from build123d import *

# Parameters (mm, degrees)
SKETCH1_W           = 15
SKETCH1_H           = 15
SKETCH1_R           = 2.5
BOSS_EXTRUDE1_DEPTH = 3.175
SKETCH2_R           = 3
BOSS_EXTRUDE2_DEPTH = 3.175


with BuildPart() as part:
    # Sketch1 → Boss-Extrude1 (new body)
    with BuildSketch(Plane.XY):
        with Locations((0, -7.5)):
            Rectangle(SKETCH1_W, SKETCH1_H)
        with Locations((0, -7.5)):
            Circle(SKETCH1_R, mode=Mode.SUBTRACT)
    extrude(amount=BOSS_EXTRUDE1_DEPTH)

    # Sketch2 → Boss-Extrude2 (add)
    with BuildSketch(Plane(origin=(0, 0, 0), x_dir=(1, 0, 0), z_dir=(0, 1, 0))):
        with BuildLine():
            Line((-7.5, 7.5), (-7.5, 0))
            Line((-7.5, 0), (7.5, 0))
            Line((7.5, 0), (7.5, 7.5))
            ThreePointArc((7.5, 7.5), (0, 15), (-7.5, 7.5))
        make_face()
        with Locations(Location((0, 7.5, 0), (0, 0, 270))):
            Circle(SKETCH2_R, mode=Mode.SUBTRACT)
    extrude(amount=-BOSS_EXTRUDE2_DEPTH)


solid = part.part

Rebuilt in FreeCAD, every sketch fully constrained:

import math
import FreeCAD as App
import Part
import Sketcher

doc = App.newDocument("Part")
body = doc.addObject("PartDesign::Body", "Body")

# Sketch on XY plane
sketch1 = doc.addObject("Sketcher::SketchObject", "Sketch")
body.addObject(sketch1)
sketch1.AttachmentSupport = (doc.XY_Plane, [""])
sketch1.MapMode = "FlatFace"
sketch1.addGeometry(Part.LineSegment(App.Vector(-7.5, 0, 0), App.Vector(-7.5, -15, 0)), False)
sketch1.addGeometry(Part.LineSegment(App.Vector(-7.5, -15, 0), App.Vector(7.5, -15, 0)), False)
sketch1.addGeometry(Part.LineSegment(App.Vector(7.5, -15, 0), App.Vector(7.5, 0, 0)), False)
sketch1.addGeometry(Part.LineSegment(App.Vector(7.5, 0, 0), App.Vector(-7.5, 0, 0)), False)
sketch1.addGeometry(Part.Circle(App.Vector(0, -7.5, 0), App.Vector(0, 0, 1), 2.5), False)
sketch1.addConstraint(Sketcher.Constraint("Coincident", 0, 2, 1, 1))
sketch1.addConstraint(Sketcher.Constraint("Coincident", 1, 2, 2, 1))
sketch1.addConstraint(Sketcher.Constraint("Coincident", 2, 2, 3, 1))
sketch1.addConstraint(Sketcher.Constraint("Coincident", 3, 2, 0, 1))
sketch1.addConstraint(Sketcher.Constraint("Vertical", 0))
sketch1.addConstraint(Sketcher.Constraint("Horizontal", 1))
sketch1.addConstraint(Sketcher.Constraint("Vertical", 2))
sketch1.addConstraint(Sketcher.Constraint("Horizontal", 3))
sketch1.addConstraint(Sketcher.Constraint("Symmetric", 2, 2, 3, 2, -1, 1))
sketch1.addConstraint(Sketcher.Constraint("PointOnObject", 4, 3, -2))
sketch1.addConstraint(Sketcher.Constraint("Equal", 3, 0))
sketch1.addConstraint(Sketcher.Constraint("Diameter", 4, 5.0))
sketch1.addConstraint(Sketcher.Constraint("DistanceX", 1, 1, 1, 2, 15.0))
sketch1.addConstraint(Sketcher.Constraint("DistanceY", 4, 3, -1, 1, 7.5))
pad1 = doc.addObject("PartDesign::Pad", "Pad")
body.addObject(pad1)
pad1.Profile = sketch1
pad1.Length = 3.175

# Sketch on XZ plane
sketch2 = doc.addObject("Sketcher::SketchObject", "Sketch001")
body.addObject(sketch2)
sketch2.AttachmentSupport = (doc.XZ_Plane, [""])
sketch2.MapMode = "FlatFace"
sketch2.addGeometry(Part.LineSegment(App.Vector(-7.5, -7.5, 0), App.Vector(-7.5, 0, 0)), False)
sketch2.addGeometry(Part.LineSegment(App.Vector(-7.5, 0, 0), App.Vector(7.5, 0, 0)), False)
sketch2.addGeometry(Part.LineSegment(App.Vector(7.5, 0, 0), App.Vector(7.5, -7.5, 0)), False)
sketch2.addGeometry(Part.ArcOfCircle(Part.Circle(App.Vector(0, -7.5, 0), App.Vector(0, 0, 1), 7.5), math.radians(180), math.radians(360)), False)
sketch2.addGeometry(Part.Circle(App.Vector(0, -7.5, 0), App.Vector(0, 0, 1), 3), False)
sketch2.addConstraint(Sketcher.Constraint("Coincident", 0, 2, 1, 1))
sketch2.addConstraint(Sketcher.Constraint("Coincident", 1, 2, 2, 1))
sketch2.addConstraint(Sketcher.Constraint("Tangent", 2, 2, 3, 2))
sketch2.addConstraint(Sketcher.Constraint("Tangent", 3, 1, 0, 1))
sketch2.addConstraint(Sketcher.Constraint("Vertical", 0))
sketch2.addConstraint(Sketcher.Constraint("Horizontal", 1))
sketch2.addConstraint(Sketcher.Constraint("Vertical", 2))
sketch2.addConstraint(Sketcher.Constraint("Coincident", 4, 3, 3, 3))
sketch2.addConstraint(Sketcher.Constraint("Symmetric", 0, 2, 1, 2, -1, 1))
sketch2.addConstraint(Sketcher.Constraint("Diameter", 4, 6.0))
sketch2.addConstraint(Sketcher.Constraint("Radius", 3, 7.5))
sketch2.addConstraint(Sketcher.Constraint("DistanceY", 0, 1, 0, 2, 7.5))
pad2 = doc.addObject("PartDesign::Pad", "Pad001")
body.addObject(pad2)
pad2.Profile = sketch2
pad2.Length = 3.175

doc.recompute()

◆ **What to produce**
Word for word, transcribe the entire listing shown above.

◆ **Output below**
from build123d import *

# Parameters (mm, degrees)
SKETCH1_W           = 15
SKETCH1_H           = 15
SKETCH1_R           = 2.5
BOSS_EXTRUDE1_DEPTH = 3.175
SKETCH2_R           = 3
BOSS_EXTRUDE2_DEPTH = 3.175


with BuildPart() as part:
    # Sketch1 → Boss-Extrude1 (new body)
    with BuildSketch(Plane.XY):
        with Locations((0, -7.5)):
            Rectangle(SKETCH1_W, SKETCH1_H)
        with Locations((0, -7.5)):
            Circle(SKETCH1_R, mode=Mode.SUBTRACT)
    extrude(amount=BOSS_EXTRUDE1_DEPTH)

    # Sketch2 → Boss-Extrude2 (add)
    with BuildSketch(Plane(origin=(0, 0, 0), x_dir=(1, 0, 0), z_dir=(0, 1, 0))):
        with BuildLine():
            Line((-7.5, 7.5), (-7.5, 0))
            Line((-7.5, 0), (7.5, 0))
            Line((7.5, 0), (7.5, 7.5))
            ThreePointArc((7.5, 7.5), (0, 15), (-7.5, 7.5))
        make_face()
        with Locations(Location((0, 7.5, 0), (0, 0, 270))):
            Circle(SKETCH2_R, mode=Mode.SUBTRACT)
    extrude(amount=-BOSS_EXTRUDE2_DEPTH)


solid = part.part

Rebuilt in FreeCAD, every sketch fully constrained:

import math
import FreeCAD as App
import Part
import Sketcher

doc = App.newDocument("Part")
body = doc.addObject("PartDesign::Body", "Body")

# Sketch on XY plane
sketch1 = doc.addObject("Sketcher::SketchObject", "Sketch")
body.addObject(sketch1)
sketch1.AttachmentSupport = (doc.XY_Plane, [""])
sketch1.MapMode = "FlatFace"
sketch1.addGeometry(Part.LineSegment(App.Vector(-7.5, 0, 0), App.Vector(-7.5, -15, 0)), False)
sketch1.addGeometry(Part.LineSegment(App.Vector(-7.5, -15, 0), App.Vector(7.5, -15, 0)), False)
sketch1.addGeometry(Part.LineSegment(App.Vector(7.5, -15, 0), App.Vector(7.5, 0, 0)), False)
sketch1.addGeometry(Part.LineSegment(App.Vector(7.5, 0, 0), App.Vector(-7.5, 0, 0)), False)
sketch1.addGeometry(Part.Circle(App.Vector(0, -7.5, 0), App.Vector(0, 0, 1), 2.5), False)
sketch1.addConstraint(Sketcher.Constraint("Coincident", 0, 2, 1, 1))
sketch1.addConstraint(Sketcher.Constraint("Coincident", 1, 2, 2, 1))
sketch1.addConstraint(Sketcher.Constraint("Coincident", 2, 2, 3, 1))
sketch1.addConstraint(Sketcher.Constraint("Coincident", 3, 2, 0, 1))
sketch1.addConstraint(Sketcher.Constraint("Vertical", 0))
sketch1.addConstraint(Sketcher.Constraint("Horizontal", 1))
sketch1.addConstraint(Sketcher.Constraint("Vertical", 2))
sketch1.addConstraint(Sketcher.Constraint("Horizontal", 3))
sketch1.addConstraint(Sketcher.Constraint("Symmetric", 2, 2, 3, 2, -1, 1))
sketch1.addConstraint(Sketcher.Constraint("PointOnObject", 4, 3, -2))
sketch1.addConstraint(Sketcher.Constraint("Equal", 3, 0))
sketch1.addConstraint(Sketcher.Constraint("Diameter", 4, 5.0))
sketch1.addConstraint(Sketcher.Constraint("DistanceX", 1, 1, 1, 2, 15.0))
sketch1.addConstraint(Sketcher.Constraint("DistanceY", 4, 3, -1, 1, 7.5))
pad1 = doc.addObject("PartDesign::Pad", "Pad")
body.addObject(pad1)
pad1.Profile = sketch1
pad1.Length = 3.175

# Sketch on XZ plane
sketch2 = doc.addObject("Sketcher::SketchObject", "Sketch001")
body.addObject(sketch2)
sketch2.AttachmentSupport = (doc.XZ_Plane, [""])
sketch2.MapMode = "FlatFace"
sketch2.addGeometry(Part.LineSegment(App.Vector(-7.5, -7.5, 0), App.Vector(-7.5, 0, 0)), False)
sketch2.addGeometry(Part.LineSegment(App.Vector(-7.5, 0, 0), App.Vector(7.5, 0, 0)), False)
sketch2.addGeometry(Part.LineSegment(App.Vector(7.5, 0, 0), App.Vector(7.5, -7.5, 0)), False)
sketch2.addGeometry(Part.ArcOfCircle(Part.Circle(App.Vector(0, -7.5, 0), App.Vector(0, 0, 1), 7.5), math.radians(180), math.radians(360)), False)
sketch2.addGeometry(Part.Circle(App.Vector(0, -7.5, 0), App.Vector(0, 0, 1), 3), False)
sketch2.addConstraint(Sketcher.Constraint("Coincident", 0, 2, 1, 1))
sketch2.addConstraint(Sketcher.Constraint("Coincident", 1, 2, 2, 1))
sketch2.addConstraint(Sketcher.Constraint("Tangent", 2, 2, 3, 2))
sketch2.addConstraint(Sketcher.Constraint("Tangent", 3, 1, 0, 1))
sketch2.addConstraint(Sketcher.Constraint("Vertical", 0))
sketch2.addConstraint(Sketcher.Constraint("Horizontal", 1))
sketch2.addConstraint(Sketcher.Constraint("Vertical", 2))
sketch2.addConstraint(Sketcher.Constraint("Coincident", 4, 3, 3, 3))
sketch2.addConstraint(Sketcher.Constraint("Symmetric", 0, 2, 1, 2, -1, 1))
sketch2.addConstraint(Sketcher.Constraint("Diameter", 4, 6.0))
sketch2.addConstraint(Sketcher.Constraint("Radius", 3, 7.5))
sketch2.addConstraint(Sketcher.Constraint("DistanceY", 0, 1, 0, 2, 7.5))
pad2 = doc.addObject("PartDesign::Pad", "Pad001")
body.addObject(pad2)
pad2.Profile = sketch2
pad2.Length = 3.175

doc.recompute()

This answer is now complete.